BEGIN
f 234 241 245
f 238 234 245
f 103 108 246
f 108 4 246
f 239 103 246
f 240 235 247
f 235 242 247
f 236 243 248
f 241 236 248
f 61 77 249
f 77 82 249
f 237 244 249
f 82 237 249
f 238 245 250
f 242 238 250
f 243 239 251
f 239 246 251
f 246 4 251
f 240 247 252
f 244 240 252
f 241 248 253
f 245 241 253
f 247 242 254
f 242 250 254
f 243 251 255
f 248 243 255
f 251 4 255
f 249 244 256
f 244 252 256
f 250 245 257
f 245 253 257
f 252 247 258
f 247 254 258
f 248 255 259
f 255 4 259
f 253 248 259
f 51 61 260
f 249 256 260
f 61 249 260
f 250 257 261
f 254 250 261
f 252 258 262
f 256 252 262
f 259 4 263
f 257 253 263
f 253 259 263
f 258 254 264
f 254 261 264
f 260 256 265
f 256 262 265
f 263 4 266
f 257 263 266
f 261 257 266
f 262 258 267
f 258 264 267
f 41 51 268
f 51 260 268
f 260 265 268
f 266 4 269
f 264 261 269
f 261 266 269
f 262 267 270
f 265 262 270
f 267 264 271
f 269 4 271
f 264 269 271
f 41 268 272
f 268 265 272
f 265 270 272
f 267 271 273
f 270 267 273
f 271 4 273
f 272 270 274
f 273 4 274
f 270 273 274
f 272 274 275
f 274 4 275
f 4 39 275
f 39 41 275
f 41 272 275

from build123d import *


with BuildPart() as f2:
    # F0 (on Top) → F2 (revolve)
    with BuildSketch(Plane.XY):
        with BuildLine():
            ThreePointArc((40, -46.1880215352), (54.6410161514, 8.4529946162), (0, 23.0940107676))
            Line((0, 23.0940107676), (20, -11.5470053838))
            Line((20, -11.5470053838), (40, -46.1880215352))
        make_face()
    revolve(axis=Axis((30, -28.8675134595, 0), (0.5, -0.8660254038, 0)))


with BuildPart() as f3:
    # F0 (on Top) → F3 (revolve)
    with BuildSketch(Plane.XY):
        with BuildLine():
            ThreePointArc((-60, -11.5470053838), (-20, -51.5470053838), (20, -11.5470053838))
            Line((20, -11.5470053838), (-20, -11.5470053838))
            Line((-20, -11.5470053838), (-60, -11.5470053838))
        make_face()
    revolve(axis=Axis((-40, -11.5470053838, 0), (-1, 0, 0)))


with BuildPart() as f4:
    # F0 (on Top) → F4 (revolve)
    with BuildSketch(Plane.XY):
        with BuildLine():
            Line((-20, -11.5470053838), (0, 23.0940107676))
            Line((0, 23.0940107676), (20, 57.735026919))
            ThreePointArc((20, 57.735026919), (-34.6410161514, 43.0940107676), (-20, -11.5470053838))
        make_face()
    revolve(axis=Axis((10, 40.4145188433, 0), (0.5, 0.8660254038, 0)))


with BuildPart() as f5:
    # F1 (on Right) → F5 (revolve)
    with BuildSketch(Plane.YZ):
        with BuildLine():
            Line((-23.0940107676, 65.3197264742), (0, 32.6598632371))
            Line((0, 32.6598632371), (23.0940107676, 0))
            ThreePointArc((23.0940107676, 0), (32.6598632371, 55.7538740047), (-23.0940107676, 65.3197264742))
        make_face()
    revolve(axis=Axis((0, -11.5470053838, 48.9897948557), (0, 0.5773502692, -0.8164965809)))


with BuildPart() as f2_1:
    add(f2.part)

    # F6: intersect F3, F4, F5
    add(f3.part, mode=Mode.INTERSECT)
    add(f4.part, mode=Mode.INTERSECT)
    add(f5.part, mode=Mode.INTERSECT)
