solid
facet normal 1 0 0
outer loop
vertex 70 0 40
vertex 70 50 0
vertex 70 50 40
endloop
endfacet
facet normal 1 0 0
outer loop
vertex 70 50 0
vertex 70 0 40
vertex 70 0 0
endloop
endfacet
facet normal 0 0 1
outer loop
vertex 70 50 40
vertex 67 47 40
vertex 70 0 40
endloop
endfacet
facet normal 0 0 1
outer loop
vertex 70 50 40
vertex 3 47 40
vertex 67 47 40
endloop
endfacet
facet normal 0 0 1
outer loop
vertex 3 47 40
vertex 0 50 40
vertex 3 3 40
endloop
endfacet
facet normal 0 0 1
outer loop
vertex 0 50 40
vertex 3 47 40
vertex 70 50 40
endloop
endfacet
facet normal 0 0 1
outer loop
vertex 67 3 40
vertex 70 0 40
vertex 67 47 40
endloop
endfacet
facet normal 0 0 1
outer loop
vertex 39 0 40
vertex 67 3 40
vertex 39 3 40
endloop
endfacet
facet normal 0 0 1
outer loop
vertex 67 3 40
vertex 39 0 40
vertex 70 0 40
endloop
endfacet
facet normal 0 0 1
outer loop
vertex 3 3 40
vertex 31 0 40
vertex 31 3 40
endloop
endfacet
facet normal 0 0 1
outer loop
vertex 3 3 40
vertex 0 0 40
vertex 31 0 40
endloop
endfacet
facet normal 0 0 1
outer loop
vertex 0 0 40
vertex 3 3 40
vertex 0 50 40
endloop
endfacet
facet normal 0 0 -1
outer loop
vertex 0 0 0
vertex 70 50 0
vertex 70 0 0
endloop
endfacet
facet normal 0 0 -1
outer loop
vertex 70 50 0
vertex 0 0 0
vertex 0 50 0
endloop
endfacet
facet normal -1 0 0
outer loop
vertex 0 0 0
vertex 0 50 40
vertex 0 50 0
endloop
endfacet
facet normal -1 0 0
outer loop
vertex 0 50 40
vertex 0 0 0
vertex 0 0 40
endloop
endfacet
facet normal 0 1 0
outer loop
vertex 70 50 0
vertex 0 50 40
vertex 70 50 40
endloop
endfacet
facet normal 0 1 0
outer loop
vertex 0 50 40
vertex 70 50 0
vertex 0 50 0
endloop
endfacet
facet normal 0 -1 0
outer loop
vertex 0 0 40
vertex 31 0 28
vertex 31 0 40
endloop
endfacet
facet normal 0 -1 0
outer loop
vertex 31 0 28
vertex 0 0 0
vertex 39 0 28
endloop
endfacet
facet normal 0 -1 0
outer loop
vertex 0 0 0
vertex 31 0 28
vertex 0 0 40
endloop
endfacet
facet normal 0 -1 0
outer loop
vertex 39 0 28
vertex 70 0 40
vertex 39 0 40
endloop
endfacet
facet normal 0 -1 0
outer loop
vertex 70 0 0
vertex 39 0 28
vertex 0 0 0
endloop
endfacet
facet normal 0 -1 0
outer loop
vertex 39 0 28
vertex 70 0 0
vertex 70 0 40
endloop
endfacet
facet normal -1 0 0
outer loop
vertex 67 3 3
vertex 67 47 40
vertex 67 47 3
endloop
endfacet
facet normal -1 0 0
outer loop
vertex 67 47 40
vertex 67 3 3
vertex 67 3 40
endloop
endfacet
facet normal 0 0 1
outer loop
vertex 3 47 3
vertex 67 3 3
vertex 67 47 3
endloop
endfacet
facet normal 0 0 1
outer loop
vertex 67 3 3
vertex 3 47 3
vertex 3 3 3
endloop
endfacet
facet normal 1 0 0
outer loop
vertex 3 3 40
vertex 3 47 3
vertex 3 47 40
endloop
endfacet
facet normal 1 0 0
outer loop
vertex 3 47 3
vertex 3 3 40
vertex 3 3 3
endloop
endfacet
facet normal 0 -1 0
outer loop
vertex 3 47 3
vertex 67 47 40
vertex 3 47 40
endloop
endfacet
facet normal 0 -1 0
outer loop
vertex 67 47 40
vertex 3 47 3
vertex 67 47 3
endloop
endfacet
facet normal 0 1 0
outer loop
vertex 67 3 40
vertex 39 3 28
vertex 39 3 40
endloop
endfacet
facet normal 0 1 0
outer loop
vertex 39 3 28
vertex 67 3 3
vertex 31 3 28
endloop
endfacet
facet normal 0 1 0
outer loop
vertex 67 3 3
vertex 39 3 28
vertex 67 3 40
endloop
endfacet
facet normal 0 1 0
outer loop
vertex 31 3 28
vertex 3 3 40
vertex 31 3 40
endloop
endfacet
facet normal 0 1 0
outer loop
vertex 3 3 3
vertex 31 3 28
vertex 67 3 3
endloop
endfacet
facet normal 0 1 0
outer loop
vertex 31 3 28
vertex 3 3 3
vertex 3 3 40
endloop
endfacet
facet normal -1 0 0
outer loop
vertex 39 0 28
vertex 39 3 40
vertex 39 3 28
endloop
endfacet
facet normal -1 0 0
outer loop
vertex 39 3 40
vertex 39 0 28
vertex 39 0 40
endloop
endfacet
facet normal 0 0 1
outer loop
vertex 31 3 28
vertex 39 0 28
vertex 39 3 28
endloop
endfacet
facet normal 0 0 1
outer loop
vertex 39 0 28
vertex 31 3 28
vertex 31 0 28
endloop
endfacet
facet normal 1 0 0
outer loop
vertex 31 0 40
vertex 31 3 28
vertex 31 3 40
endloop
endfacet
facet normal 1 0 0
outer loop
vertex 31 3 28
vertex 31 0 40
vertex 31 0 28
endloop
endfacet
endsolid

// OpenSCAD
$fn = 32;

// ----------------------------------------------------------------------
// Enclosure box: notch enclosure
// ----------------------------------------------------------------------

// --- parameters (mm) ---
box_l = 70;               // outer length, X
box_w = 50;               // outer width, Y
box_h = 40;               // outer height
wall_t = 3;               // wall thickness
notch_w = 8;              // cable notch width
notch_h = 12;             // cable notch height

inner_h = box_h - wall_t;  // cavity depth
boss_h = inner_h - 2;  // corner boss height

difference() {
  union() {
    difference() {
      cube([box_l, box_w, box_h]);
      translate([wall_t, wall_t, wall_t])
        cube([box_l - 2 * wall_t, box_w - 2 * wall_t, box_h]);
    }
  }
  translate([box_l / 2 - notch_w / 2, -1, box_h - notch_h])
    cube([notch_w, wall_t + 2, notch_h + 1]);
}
END
BEGIN
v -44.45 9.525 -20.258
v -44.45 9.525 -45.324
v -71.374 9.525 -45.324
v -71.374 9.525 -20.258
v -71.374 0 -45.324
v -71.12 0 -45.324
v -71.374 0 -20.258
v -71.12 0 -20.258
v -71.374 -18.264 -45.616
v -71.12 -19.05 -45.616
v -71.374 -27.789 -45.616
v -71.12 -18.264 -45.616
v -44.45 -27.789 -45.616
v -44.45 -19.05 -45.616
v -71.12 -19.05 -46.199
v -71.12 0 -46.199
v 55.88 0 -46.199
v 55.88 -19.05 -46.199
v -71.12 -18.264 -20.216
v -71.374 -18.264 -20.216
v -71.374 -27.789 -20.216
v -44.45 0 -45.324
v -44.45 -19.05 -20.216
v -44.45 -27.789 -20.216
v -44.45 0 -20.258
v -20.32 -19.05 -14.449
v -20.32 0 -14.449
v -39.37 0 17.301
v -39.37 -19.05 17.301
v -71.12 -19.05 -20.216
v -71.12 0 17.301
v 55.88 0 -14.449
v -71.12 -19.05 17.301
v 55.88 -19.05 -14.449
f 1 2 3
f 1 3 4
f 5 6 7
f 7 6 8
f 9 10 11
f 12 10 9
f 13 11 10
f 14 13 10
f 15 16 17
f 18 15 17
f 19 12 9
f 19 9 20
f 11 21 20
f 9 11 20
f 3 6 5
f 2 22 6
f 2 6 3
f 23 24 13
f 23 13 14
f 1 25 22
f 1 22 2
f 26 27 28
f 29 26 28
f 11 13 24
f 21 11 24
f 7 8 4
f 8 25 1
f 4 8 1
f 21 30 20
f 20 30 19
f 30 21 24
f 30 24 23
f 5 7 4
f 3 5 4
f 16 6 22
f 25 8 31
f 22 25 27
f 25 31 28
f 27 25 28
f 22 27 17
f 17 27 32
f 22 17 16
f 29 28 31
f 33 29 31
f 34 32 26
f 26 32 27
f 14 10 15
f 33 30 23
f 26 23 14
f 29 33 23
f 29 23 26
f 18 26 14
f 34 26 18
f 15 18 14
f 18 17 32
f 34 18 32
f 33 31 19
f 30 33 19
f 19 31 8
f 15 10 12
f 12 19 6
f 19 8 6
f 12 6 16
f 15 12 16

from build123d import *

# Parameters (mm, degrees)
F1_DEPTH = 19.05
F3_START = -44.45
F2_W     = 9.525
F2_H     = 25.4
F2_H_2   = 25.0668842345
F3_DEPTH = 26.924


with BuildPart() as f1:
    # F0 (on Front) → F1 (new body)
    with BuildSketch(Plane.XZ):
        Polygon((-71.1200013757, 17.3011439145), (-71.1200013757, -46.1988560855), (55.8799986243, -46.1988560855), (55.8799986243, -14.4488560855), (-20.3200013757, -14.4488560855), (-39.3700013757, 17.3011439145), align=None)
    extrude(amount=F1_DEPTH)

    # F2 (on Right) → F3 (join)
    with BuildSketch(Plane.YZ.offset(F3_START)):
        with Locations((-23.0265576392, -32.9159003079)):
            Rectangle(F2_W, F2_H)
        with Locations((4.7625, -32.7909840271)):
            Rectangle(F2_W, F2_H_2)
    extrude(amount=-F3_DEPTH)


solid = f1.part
END
BEGIN
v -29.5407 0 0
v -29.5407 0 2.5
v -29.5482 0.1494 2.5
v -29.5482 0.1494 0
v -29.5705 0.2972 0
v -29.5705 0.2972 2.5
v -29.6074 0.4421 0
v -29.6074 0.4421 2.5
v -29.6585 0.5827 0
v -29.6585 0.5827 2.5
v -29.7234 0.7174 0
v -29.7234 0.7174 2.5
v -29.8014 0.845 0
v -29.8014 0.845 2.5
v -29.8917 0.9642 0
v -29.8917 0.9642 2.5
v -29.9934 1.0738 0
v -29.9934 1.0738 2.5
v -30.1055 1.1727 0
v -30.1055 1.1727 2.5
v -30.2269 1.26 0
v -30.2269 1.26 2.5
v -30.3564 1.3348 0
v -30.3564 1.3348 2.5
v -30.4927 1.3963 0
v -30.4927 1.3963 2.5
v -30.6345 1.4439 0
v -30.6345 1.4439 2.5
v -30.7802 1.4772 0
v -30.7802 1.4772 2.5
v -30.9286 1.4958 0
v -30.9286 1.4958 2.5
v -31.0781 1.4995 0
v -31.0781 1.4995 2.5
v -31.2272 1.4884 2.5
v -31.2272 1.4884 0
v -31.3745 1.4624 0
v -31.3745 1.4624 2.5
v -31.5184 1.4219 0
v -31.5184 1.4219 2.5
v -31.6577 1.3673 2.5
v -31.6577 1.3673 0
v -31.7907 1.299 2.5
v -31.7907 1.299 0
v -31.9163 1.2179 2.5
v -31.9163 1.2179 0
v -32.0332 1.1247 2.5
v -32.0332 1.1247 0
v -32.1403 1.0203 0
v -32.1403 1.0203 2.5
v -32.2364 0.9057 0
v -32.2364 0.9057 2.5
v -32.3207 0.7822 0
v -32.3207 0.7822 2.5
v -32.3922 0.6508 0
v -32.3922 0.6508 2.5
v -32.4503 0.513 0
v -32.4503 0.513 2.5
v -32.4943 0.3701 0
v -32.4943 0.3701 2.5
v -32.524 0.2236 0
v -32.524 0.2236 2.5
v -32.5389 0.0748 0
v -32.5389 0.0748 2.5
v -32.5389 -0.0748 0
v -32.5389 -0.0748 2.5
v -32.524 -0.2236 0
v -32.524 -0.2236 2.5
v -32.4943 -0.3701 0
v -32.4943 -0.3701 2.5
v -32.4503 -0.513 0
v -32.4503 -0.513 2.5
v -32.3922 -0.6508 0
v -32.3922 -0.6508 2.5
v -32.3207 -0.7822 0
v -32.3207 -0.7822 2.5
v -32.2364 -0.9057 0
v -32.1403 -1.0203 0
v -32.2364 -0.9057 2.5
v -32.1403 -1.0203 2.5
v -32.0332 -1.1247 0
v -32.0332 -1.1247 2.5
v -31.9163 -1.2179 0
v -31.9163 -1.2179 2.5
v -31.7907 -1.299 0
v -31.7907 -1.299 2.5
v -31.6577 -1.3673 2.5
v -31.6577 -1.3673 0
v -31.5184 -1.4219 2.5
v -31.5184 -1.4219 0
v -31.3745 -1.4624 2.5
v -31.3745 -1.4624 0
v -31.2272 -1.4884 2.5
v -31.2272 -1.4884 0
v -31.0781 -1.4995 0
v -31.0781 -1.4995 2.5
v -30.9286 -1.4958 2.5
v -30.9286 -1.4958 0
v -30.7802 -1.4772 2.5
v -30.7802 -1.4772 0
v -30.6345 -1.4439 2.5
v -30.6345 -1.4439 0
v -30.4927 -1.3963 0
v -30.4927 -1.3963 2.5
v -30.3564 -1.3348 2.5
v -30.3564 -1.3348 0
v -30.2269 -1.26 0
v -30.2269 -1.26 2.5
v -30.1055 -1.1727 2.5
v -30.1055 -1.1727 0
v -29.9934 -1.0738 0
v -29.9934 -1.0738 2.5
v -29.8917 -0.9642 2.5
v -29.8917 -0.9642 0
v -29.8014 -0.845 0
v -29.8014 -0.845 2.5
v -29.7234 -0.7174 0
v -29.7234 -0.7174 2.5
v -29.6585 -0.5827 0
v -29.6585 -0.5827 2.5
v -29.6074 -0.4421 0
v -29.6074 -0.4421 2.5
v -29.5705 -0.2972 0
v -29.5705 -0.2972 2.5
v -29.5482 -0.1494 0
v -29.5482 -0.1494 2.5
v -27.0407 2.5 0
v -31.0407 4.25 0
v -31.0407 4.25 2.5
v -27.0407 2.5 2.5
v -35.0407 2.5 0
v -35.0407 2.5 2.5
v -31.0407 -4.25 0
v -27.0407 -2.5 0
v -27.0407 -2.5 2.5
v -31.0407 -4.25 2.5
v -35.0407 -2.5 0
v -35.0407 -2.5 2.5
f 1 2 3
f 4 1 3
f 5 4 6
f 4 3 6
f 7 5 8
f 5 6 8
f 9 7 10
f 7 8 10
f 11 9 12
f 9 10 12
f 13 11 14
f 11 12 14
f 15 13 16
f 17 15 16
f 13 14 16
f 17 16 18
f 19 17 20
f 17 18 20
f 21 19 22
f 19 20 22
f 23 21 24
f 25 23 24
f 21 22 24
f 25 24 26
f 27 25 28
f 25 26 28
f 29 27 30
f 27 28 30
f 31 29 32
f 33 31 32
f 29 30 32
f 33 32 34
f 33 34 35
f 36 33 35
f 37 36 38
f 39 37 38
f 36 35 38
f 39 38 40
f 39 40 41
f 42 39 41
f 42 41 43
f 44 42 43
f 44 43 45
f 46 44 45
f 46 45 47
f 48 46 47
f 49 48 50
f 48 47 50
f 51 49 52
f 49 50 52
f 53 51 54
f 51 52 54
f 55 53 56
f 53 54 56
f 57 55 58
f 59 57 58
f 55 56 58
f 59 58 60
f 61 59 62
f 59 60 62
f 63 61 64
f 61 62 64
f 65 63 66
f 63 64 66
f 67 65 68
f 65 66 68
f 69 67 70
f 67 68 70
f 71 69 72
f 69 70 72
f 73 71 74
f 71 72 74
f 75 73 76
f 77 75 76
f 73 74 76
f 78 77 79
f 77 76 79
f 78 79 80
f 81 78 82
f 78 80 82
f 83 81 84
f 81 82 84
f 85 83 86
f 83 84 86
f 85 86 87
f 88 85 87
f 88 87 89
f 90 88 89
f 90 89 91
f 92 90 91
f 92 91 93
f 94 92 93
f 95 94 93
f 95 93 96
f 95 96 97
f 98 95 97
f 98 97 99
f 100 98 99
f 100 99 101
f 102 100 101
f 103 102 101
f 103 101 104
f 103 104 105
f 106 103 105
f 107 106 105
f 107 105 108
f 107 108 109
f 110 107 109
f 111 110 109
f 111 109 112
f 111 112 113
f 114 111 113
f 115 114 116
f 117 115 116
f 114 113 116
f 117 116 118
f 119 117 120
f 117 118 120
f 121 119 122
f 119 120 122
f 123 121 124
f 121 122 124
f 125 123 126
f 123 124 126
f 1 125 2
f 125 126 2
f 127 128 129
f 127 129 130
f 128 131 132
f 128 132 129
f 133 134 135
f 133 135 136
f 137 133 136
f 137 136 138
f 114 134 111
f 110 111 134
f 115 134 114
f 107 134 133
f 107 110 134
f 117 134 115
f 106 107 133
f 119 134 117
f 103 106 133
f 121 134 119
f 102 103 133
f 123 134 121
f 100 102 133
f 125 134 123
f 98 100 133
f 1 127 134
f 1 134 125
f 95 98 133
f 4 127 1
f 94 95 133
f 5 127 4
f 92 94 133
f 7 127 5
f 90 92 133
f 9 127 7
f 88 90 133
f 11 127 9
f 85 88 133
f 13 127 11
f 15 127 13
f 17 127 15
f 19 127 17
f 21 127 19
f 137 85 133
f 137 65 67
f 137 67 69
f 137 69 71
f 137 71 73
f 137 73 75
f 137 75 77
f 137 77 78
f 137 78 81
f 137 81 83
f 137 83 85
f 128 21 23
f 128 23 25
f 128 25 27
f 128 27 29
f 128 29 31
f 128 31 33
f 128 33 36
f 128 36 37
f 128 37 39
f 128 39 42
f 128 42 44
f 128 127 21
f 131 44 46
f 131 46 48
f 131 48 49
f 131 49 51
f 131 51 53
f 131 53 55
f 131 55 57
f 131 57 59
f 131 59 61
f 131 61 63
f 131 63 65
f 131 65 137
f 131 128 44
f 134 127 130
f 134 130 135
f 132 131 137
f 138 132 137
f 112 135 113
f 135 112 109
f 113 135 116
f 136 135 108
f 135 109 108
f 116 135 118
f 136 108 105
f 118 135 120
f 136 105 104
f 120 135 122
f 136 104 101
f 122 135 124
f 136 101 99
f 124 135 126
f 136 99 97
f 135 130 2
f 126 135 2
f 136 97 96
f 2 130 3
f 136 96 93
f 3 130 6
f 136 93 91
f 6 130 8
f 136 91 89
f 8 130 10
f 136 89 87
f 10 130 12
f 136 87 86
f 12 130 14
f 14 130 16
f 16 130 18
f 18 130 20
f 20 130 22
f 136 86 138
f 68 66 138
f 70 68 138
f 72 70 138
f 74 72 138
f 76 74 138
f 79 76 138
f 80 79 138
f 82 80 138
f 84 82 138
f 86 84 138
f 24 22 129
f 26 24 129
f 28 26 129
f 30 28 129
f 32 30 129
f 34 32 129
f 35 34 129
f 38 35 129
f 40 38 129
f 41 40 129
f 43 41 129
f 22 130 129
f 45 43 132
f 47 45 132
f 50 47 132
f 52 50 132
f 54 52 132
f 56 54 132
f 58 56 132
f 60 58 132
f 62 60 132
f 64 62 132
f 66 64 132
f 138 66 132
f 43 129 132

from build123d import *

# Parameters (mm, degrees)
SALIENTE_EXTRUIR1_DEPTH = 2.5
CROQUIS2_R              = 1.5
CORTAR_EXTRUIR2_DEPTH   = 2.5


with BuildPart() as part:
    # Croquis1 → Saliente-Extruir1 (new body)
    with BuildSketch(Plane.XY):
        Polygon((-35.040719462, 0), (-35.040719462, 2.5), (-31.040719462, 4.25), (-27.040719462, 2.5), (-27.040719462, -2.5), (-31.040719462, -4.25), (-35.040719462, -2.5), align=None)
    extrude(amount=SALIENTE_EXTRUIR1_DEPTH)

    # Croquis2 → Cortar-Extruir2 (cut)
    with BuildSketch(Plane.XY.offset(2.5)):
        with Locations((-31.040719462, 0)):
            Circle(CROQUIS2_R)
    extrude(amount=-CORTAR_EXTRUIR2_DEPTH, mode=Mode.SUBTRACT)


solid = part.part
END
Try it – Copy out, word for word, the part of the entries above that begins at the line with "f 234 241 245" and ends at the line with "f 245 241 253", including both.

Result of the exercise –
f 234 241 245
f 238 234 245
f 103 108 246
f 108 4 246
f 239 103 246
f 240 235 247
f 235 242 247
f 236 243 248
f 241 236 248
f 61 77 249
f 77 82 249
f 237 244 249
f 82 237 249
f 238 245 250
f 242 238 250
f 243 239 251
f 239 246 251
f 246 4 251
f 240 247 252
f 244 240 252
f 241 248 253
f 245 241 253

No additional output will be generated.